/Mushrooms

Mushroom data analysis

Primary LanguageJupyter Notebook

Mushroom Classification Project

Overview

This project uses machine learning to classify mushrooms as either edible or poisonous based on their physical characteristics. The dataset used for this project is the Mushroom dataset, which contains various features of mushrooms, including their cap shape, cap surface, gill color, and more. The goal is to build a neural network that can accurately predict whether a mushroom is edible or poisonous.

Requirements

To run this project, you need the following dependencies:

  • Python 3.6+
  • PyTorch
  • pandas
  • scikit-learn

You can install the required packages using:

pip install torch pandas scikit-learn

Dataset

The dataset used is mushrooms.csv, which should be placed in the root directory of the project. Each row in the dataset represents a single mushroom, with various features and a class label indicating whether it is edible or poisonous.

Preprocessing

The categorical features in the dataset are encoded using LabelEncoder from scikit-learn.

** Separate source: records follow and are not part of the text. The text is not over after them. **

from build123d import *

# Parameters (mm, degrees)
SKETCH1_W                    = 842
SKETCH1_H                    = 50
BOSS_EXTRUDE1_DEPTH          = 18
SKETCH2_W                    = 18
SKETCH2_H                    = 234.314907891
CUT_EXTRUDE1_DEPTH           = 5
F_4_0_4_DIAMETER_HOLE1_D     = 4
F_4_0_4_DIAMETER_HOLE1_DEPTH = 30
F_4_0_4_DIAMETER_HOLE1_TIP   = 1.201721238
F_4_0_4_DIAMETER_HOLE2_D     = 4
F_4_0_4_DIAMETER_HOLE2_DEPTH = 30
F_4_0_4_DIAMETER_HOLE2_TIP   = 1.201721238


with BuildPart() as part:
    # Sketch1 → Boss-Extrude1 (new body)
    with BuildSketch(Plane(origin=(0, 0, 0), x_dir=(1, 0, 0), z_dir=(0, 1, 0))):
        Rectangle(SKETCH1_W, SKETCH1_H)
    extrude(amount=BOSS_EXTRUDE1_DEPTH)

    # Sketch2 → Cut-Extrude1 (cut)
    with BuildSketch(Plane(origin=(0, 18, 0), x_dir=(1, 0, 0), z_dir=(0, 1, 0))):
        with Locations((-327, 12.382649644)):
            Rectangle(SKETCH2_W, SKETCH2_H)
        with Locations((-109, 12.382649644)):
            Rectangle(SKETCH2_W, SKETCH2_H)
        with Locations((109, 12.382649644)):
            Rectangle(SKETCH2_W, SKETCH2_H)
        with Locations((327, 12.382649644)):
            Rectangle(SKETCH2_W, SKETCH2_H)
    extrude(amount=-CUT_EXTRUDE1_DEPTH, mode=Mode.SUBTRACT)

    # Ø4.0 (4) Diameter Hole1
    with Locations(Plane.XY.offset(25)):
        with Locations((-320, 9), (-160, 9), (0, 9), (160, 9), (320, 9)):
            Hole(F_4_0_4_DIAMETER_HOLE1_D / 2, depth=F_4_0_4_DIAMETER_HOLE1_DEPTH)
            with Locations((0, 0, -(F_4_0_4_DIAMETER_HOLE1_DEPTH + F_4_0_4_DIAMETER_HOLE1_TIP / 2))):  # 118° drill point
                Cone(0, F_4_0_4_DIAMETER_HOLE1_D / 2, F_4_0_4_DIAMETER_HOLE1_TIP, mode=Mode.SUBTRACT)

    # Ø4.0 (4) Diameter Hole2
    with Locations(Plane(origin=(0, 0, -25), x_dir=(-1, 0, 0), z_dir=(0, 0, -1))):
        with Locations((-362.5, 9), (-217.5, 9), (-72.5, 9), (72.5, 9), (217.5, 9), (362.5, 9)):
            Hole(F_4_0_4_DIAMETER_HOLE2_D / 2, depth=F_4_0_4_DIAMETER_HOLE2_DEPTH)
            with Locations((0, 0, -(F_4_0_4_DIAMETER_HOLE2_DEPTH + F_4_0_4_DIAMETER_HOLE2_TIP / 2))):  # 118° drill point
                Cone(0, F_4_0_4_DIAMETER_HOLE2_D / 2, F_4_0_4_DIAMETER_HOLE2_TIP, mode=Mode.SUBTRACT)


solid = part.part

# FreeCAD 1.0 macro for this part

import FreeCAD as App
import Part
import Sketcher
from FreeCAD import Vector
Q = App.Units.Quantity

doc = App.newDocument("Part")
body = doc.addObject("PartDesign::Body", "Body")

# Sketch on XZ plane
sketch1 = body.newObject("Sketcher::SketchObject", "Sketch")
sketch1.AttachmentSupport = (doc.getObject("XZ_Plane"), [""])
sketch1.MapMode = "FlatFace"
sketch1.addGeometry(Part.LineSegment(Vector(-421, -25, 0), Vector(-421, 25, 0)), False)
sketch1.addGeometry(Part.LineSegment(Vector(-421, 25, 0), Vector(421, 25, 0)), False)
sketch1.addGeometry(Part.LineSegment(Vector(421, 25, 0), Vector(421, -25, 0)), False)
sketch1.addGeometry(Part.LineSegment(Vector(421, -25, 0), Vector(-421, -25, 0)), False)
sketch1.addConstraint(Sketcher.Constraint("Coincident", 0, 2, 1, 1))
sketch1.addConstraint(Sketcher.Constraint("Coincident", 1, 2, 2, 1))
sketch1.addConstraint(Sketcher.Constraint("Coincident", 2, 2, 3, 1))
sketch1.addConstraint(Sketcher.Constraint("Coincident", 3, 2, 0, 1))
sketch1.addConstraint(Sketcher.Constraint("Vertical", 0))
sketch1.addConstraint(Sketcher.Constraint("Horizontal", 1))
sketch1.addConstraint(Sketcher.Constraint("Vertical", 2))
sketch1.addConstraint(Sketcher.Constraint("Horizontal", 3))
sketch1.addConstraint(Sketcher.Constraint("Symmetric", 0, 2, 2, 2, -1, 1))
sketch1.addConstraint(Sketcher.Constraint("DistanceX", 1, 1, 1, 2, Q("842 mm")))
sketch1.addConstraint(Sketcher.Constraint("DistanceY", 0, 1, 0, 2, Q("50 mm")))
pad1 = body.newObject("PartDesign::Pad", "Pad")
pad1.Profile = sketch1
pad1.Length = 18
pad1.Reversed = True

# Sketch on XZ plane
sketch2 = body.newObject("Sketcher::SketchObject", "Sketch001")
sketch2.AttachmentSupport = (doc.getObject("XZ_Plane"), [""])
sketch2.MapMode = "FlatFace"
sketch2.AttachmentOffset = App.Placement(Vector(0, 0, -18), App.Rotation())
sketch2.addGeometry(Part.LineSegment(Vector(-336, -130, 0), Vector(-336, 105, 0)), False)
sketch2.addGeometry(Part.LineSegment(Vector(-336, 105, 0), Vector(-318, 105, 0)), False)
sketch2.addGeometry(Part.LineSegment(Vector(-318, 105, 0), Vector(-318, -130, 0)), False)
sketch2.addGeometry(Part.LineSegment(Vector(-318, -130, 0), Vector(-336, -130, 0)), False)
sketch2.addGeometry(Part.LineSegment(Vector(-118, -130, 0), Vector(-118, 105, 0)), False)
sketch2.addGeometry(Part.LineSegment(Vector(-118, 105, 0), Vector(-100, 105, 0)), False)
sketch2.addGeometry(Part.LineSegment(Vector(-100, 105, 0), Vector(-100, -130, 0)), False)
sketch2.addGeometry(Part.LineSegment(Vector(-100, -130, 0), Vector(-118, -130, 0)), False)
sketch2.addGeometry(Part.LineSegment(Vector(100, -130, 0), Vector(100, 105, 0)), False)
sketch2.addGeometry(Part.LineSegment(Vector(100, 105, 0), Vector(118, 105, 0)), False)
sketch2.addGeometry(Part.LineSegment(Vector(118, 105, 0), Vector(118, -130, 0)), False)
sketch2.addGeometry(Part.LineSegment(Vector(118, -130, 0), Vector(100, -130, 0)), False)
sketch2.addGeometry(Part.LineSegment(Vector(318, -130, 0), Vector(318, 105, 0)), False)
sketch2.addGeometry(Part.LineSegment(Vector(318, 105, 0), Vector(336, 105, 0)), False)
sketch2.addGeometry(Part.LineSegment(Vector(336, 105, 0), Vector(336, -130, 0)), False)
sketch2.addGeometry(Part.LineSegment(Vector(336, -130, 0), Vector(318, -130, 0)), False)
sketch2.addConstraint(Sketcher.Constraint("Coincident", 0, 2, 1, 1))
sketch2.addConstraint(Sketcher.Constraint("Coincident", 1, 2, 2, 1))
sketch2.addConstraint(Sketcher.Constraint("Coincident", 2, 2, 3, 1))
sketch2.addConstraint(Sketcher.Constraint("Coincident", 3, 2, 0, 1))
sketch2.addConstraint(Sketcher.Constraint("Coincident", 4, 2, 5, 1))
sketch2.addConstraint(Sketcher.Constraint("Coincident", 5, 2, 6, 1))
sketch2.addConstraint(Sketcher.Constraint("Coincident", 6, 2, 7, 1))
sketch2.addConstraint(Sketcher.Constraint("Coincident", 7, 2, 4, 1))
sketch2.addConstraint(Sketcher.Constraint("Coincident", 8, 2, 9, 1))
sketch2.addConstraint(Sketcher.Constraint("Coincident", 9, 2, 10, 1))
sketch2.addConstraint(Sketcher.Constraint("Coincident", 10, 2, 11, 1))
sketch2.addConstraint(Sketcher.Constraint("Coincident", 11, 2, 8, 1))
sketch2.addConstraint(Sketcher.Constraint("Coincident", 12, 2, 13, 1))
sketch2.addConstraint(Sketcher.Constraint("Coincident", 13, 2, 14, 1))
sketch2.addConstraint(Sketcher.Constraint("Coincident", 14, 2, 15, 1))
sketch2.addConstraint(Sketcher.Constraint("Coincident", 15, 2, 12, 1))
sketch2.addConstraint(Sketcher.Constraint("Vertical", 0))
sketch2.addConstraint(Sketcher.Constraint("Horizontal", 1))
sketch2.addConstraint(Sketcher.Constraint("Vertical", 2))
sketch2.addConstraint(Sketcher.Constraint("Horizontal", 3))
sketch2.addConstraint(Sketcher.Constraint("Vertical", 4))
sketch2.addConstraint(Sketcher.Constraint("Horizontal", 5))
sketch2.addConstraint(Sketcher.Constraint("Vertical", 6))
sketch2.addConstraint(Sketcher.Constraint("Horizontal", 7))
sketch2.addConstraint(Sketcher.Constraint("Vertical", 8))
sketch2.addConstraint(Sketcher.Constraint("Horizontal", 9))
sketch2.addConstraint(Sketcher.Constraint("Vertical", 10))
sketch2.addConstraint(Sketcher.Constraint("Horizontal", 11))
sketch2.addConstraint(Sketcher.Constraint("Vertical", 12))
sketch2.addConstraint(Sketcher.Constraint("Horizontal", 13))
sketch2.addConstraint(Sketcher.Constraint("Vertical", 14))
sketch2.addConstraint(Sketcher.Constraint("Horizontal", 15))
sketch2.addConstraint(Sketcher.Constraint("Symmetric", 5, 2, 8, 2, -2))
sketch2.addConstraint(Sketcher.Constraint("Symmetric", 7, 2, 10, 2, -2))
sketch2.addConstraint(Sketcher.Constraint("Symmetric", 1, 2, 12, 2, -2))
sketch2.addConstraint(Sketcher.Constraint("Symmetric", 3, 2, 14, 2, -2))
sketch2.addConstraint(Sketcher.Constraint("Horizontal", 1, 2, 4, 2))
sketch2.addConstraint(Sketcher.Constraint("Horizontal", 3, 2, 6, 2))
sketch2.addConstraint(Sketcher.Constraint("Equal", 3, 5))
sketch2.addConstraint(Sketcher.Constraint("DistanceX", 1, 1, 1, 2, Q("18 mm")))
sketch2.addConstraint(Sketcher.Constraint("DistanceX", 0, 2, -1, 1, Q("336 mm")))
sketch2.addConstraint(Sketcher.Constraint("DistanceX", 4, 2, -1, 1, Q("118 mm")))
sketch2.addConstraint(Sketcher.Constraint("DistanceY", 0, 1, 0, 2, Q("234.314908 mm")))
sketch2.addConstraint(Sketcher.Constraint("DistanceY", -1, 1, 0, 2, Q("104.774804 mm")))
pocket1 = body.newObject("PartDesign::Pocket", "Pocket")
pocket1.Profile = sketch2
pocket1.Length = 5
pocket1.Reversed = True

# Sketch on XY plane
sketch3 = body.newObject("Sketcher::SketchObject", "Sketch002")
sketch3.AttachmentSupport = (doc.getObject("XY_Plane"), [""])
sketch3.MapMode = "FlatFace"
sketch3.AttachmentOffset = App.Placement(Vector(0, 0, 25), App.Rotation())
sketch3.addGeometry(Part.Circle(Vector(-320, 9, 0), Vector(0, 0, 1), 2), False)
sketch3.addGeometry(Part.Circle(Vector(-160, 9, 0), Vector(0, 0, 1), 2), False)
sketch3.addGeometry(Part.Circle(Vector(0, 9, 0), Vector(0, 0, 1), 2), False)
sketch3.addGeometry(Part.Circle(Vector(160, 9, 0), Vector(0, 0, 1), 2), False)
sketch3.addGeometry(Part.Circle(Vector(320, 9, 0), Vector(0, 0, 1), 2), False)
sketch3.addConstraint(Sketcher.Constraint("Equal", 0, 1))
sketch3.addConstraint(Sketcher.Constraint("Equal", 1, 2))
sketch3.addConstraint(Sketcher.Constraint("Equal", 2, 3))
sketch3.addConstraint(Sketcher.Constraint("Equal", 3, 4))
sketch3.addConstraint(Sketcher.Constraint("Symmetric", 1, 3, 3, 3, -2))
sketch3.addConstraint(Sketcher.Constraint("Symmetric", 0, 3, 4, 3, -2))
sketch3.addConstraint(Sketcher.Constraint("PointOnObject", 2, 3, -2))
sketch3.addConstraint(Sketcher.Constraint("Horizontal", 0, 3, 1, 3))
sketch3.addConstraint(Sketcher.Constraint("Horizontal", 1, 3, 2, 3))
sketch3.addConstraint(Sketcher.Constraint("Diameter", 0, Q("4 mm")))
sketch3.addConstraint(Sketcher.Constraint("DistanceX", 0, 3, -1, 1, Q("320 mm")))
sketch3.addConstraint(Sketcher.Constraint("DistanceY", -1, 1, 0, 3, Q("9 mm")))
sketch3.addConstraint(Sketcher.Constraint("DistanceX", 1, 3, -1, 1, Q("160 mm")))
doc.recompute()
hole = body.newObject("PartDesign::Hole", "Hole")
hole.Profile = sketch3
hole.ThreadType = "None"
hole.Diameter = 4
hole.DepthType = "Dimension"
hole.Depth = 30
hole.DrillPoint = "Angled"
hole.DrillPointAngle = 118

# Sketch on XY plane
sketch4 = body.newObject("Sketcher::SketchObject", "Sketch003")
sketch4.AttachmentSupport = (doc.getObject("XY_Plane"), [""])
sketch4.MapMode = "FlatFace"
sketch4.AttachmentOffset = App.Placement(Vector(0, 0, -25), App.Rotation())
sketch4.addGeometry(Part.Circle(Vector(362.5, 9, 0), Vector(0, 0, 1), 2), False)
sketch4.addGeometry(Part.Circle(Vector(217.5, 9, 0), Vector(0, 0, 1), 2), False)
sketch4.addGeometry(Part.Circle(Vector(72.5, 9, 0), Vector(0, 0, 1), 2), False)
sketch4.addGeometry(Part.Circle(Vector(-72.5, 9, 0), Vector(0, 0, 1), 2), False)
sketch4.addGeometry(Part.Circle(Vector(-217.5, 9, 0), Vector(0, 0, 1), 2), False)
sketch4.addGeometry(Part.Circle(Vector(-362.5, 9, 0), Vector(0, 0, 1), 2), False)
sketch4.addConstraint(Sketcher.Constraint("Equal", 0, 1))
sketch4.addConstraint(Sketcher.Constraint("Equal", 1, 2))
sketch4.addConstraint(Sketcher.Constraint("Equal", 2, 3))
sketch4.addConstraint(Sketcher.Constraint("Equal", 3, 4))
sketch4.addConstraint(Sketcher.Constraint("Equal", 4, 5))
sketch4.addConstraint(Sketcher.Constraint("Symmetric", 2, 3, 3, 3, -2))
sketch4.addConstraint(Sketcher.Constraint("Symmetric", 1, 3, 4, 3, -2))
sketch4.addConstraint(Sketcher.Constraint("Symmetric", 0, 3, 5, 3, -2))
sketch4.addConstraint(Sketcher.Constraint("Horizontal", 0, 3, 1, 3))
sketch4.addConstraint(Sketcher.Constraint("Horizontal", 1, 3, 2, 3))
sketch4.addConstraint(Sketcher.Constraint("Diameter", 0, Q("4 mm")))
sketch4.addConstraint(Sketcher.Constraint("DistanceY", -1, 1, 0, 3, Q("9 mm")))
sketch4.addConstraint(Sketcher.Constraint("DistanceX", 1, 3, 0, 3, Q("145 mm")))
sketch4.addConstraint(Sketcher.Constraint("DistanceX", 2, 3, 1, 3, Q("145 mm")))
sketch4.addConstraint(Sketcher.Constraint("DistanceX", 3, 3, 2, 3, Q("145 mm")))
doc.recompute()
hole2 = body.newObject("PartDesign::Hole", "Hole001")
hole2.Profile = sketch4
hole2.ThreadType = "None"
hole2.Diameter = 4
hole2.DepthType = "Dimension"
hole2.Depth = 30
hole2.DrillPoint = "Angled"
hole2.DrillPointAngle = 118
hole2.Reversed = True

doc.recompute()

The features (X) and labels (y) are then converted to PyTorch tensors.

Model Architecture

The model used is a simple feedforward neural network with the following architecture:

  • Input layer: Size equal to the number of features
  • Hidden layer: 16 neurons with ReLU activation
  • Output layer: 2 neurons (edible or poisonous) with softmax activation

Training

The model is trained using the following settings:

  • Loss function: CrossEntropyLoss
  • Optimizer: Adam
  • Learning rate: 0.001
  • Number of epochs: 50
  • Batch size: 32

During training, the model's weights are updated based on the loss computed between the predicted and actual labels. The training progress is printed out for each epoch.

Evaluation

After training, the model is evaluated on the test set to determine its accuracy. The accuracy is printed out as a percentage.